What is expected:
Scan the lines below for the word "Locations". Copy each line you find it in.

Exercise material:
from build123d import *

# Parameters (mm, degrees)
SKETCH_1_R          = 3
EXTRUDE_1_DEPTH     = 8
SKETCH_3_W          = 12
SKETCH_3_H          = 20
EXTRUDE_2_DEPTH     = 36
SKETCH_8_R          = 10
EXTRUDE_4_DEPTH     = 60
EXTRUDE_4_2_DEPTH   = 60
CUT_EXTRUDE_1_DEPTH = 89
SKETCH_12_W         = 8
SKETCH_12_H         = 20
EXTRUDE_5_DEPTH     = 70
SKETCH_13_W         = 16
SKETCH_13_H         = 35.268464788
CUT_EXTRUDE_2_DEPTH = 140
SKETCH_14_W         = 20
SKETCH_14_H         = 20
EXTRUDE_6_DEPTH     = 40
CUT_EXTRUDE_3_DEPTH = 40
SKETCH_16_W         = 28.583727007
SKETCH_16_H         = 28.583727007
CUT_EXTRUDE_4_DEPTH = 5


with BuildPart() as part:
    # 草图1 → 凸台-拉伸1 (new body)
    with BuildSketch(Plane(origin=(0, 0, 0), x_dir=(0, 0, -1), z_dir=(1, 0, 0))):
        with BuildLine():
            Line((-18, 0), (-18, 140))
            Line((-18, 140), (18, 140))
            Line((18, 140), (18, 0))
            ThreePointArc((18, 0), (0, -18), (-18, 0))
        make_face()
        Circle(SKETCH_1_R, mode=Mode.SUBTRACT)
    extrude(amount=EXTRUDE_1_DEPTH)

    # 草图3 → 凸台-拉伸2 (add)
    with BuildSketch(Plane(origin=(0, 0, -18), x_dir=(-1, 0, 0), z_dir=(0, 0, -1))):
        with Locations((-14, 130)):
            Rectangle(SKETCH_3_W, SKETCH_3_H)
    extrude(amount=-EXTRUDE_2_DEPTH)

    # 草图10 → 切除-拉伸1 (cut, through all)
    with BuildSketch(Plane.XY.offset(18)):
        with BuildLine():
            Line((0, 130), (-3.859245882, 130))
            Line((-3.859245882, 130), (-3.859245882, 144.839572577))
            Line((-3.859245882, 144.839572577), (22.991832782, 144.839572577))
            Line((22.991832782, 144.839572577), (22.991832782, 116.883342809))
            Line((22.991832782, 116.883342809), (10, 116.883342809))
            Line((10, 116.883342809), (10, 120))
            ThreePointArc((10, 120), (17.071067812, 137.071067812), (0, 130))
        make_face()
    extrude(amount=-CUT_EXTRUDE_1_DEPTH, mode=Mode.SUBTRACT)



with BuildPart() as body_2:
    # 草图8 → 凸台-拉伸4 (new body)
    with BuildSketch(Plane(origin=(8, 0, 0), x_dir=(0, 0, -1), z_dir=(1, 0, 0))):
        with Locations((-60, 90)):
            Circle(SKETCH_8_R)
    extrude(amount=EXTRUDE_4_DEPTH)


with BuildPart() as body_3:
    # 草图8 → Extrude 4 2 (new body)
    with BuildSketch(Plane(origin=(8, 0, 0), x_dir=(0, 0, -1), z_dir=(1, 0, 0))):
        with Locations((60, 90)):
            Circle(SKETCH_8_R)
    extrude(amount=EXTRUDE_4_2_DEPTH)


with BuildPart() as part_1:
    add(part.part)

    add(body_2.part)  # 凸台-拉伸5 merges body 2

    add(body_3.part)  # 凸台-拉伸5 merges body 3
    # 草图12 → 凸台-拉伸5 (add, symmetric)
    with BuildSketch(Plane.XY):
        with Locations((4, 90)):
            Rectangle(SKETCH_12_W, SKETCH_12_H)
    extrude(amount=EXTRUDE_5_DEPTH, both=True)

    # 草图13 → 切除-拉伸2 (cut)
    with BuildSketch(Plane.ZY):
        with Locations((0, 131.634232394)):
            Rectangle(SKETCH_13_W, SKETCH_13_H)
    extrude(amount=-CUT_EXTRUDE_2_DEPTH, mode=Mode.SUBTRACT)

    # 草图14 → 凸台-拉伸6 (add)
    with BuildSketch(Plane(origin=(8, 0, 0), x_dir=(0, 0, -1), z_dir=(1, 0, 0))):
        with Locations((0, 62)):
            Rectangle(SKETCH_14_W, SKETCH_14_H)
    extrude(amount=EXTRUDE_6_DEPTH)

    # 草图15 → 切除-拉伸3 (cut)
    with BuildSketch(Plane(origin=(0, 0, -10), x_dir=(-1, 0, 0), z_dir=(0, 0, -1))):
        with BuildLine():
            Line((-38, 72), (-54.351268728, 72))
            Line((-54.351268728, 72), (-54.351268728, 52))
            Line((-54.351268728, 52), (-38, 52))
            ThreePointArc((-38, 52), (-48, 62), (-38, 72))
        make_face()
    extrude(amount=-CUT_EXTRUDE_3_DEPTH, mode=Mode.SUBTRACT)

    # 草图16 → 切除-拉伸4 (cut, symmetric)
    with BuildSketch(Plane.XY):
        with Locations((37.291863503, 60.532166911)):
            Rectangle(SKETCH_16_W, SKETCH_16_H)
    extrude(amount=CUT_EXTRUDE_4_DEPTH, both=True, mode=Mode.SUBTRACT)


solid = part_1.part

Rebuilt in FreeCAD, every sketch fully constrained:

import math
import FreeCAD as App
import Part
import Sketcher
from FreeCAD import Vector


def add_polygon(sketch, points):
    """Adds a closed chain of lines whose ends are joined by coincident constraints."""
    first, n = sketch.GeometryCount, len(points)
    for a, b in zip(points, points[1:] + points[:1]):
        sketch.addGeometry(Part.LineSegment(App.Vector(*a, 0), App.Vector(*b, 0)), False)
    for i in range(n):
        sketch.addConstraint(Sketcher.Constraint("Coincident", first + i, 2, first + (i + 1) % n, 1))

doc = App.newDocument("Part")
body = doc.addObject("PartDesign::Body", "Body")

# Sketch on YZ plane
sketch1 = doc.addObject("Sketcher::SketchObject", "Sketch")
body.addObject(sketch1)
sketch1.AttachmentSupport = (doc.YZ_Plane, [""])
sketch1.MapMode = "FlatFace"
sketch1.addGeometry(Part.LineSegment(Vector(140, 18, 0), Vector(0, 18, 0)), False)
sketch1.addGeometry(Part.ArcOfCircle(Part.Circle(Vector(0, 0, 0), Vector(0, 0, 1), 18), math.radians(90), math.radians(270)), False)
sketch1.addGeometry(Part.LineSegment(Vector(0, -18, 0), Vector(140, -18, 0)), False)
sketch1.addGeometry(Part.LineSegment(Vector(140, -18, 0), Vector(140, 18, 0)), False)
sketch1.addGeometry(Part.Circle(Vector(0, 0, 0), Vector(0, 0, 1), 3), False)
sketch1.addConstraint(Sketcher.Constraint("Tangent", 0, 2, 1, 1))
sketch1.addConstraint(Sketcher.Constraint("Tangent", 1, 2, 2, 1))
sketch1.addConstraint(Sketcher.Constraint("Coincident", 2, 2, 3, 1))
sketch1.addConstraint(Sketcher.Constraint("Coincident", 3, 2, 0, 1))
sketch1.addConstraint(Sketcher.Constraint("Horizontal", 0))
sketch1.addConstraint(Sketcher.Constraint("Horizontal", 2))
sketch1.addConstraint(Sketcher.Constraint("Vertical", 3))
sketch1.addConstraint(Sketcher.Constraint("Coincident", 1, 3, -1, 1))
sketch1.addConstraint(Sketcher.Constraint("Coincident", 4, 3, -1, 1))
sketch1.addConstraint(Sketcher.Constraint("Diameter", 4, 6.0))
sketch1.addConstraint(Sketcher.Constraint("Radius", 1, 18.0))
sketch1.addConstraint(Sketcher.Constraint("DistanceX", 0, 2, 0, 1, 140.0))
pad1 = doc.addObject("PartDesign::Pad", "Pad")
body.addObject(pad1)
pad1.Profile = sketch1
pad1.Length = 8

# Sketch on XY plane
sketch2 = doc.addObject("Sketcher::SketchObject", "Sketch001")
body.addObject(sketch2)
sketch2.AttachmentSupport = (doc.XY_Plane, [""])
sketch2.MapMode = "FlatFace"
sketch2.AttachmentOffset = App.Placement(Vector(0, 0, -18), App.Rotation())
add_polygon(sketch2, [(20, 140), (20, 120), (8, 120), (8, 140)])  # lines 0-3
sketch2.addConstraint(Sketcher.Constraint("Vertical", 0))
sketch2.addConstraint(Sketcher.Constraint("Horizontal", 1))
sketch2.addConstraint(Sketcher.Constraint("Vertical", 2))
sketch2.addConstraint(Sketcher.Constraint("Horizontal", 3))
sketch2.addConstraint(Sketcher.Constraint("DistanceX", 1, 2, 1, 1, 12.0))
sketch2.addConstraint(Sketcher.Constraint("DistanceY", 0, 2, 0, 1, 20.0))
sketch2.addConstraint(Sketcher.Constraint("DistanceX", -1, 1, 0, 2, 20.0))
sketch2.addConstraint(Sketcher.Constraint("DistanceY", -1, 1, 0, 2, 120.0))
pad2 = doc.addObject("PartDesign::Pad", "Pad001")
body.addObject(pad2)
pad2.Profile = sketch2
pad2.Length = 36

Result for this exercise:
        with Locations((-14, 130)):
        with Locations((-60, 90)):
        with Locations((60, 90)):
        with Locations((4, 90)):
        with Locations((0, 131.634232394)):
        with Locations((0, 62)):
        with Locations((37.291863503, 60.532166911)):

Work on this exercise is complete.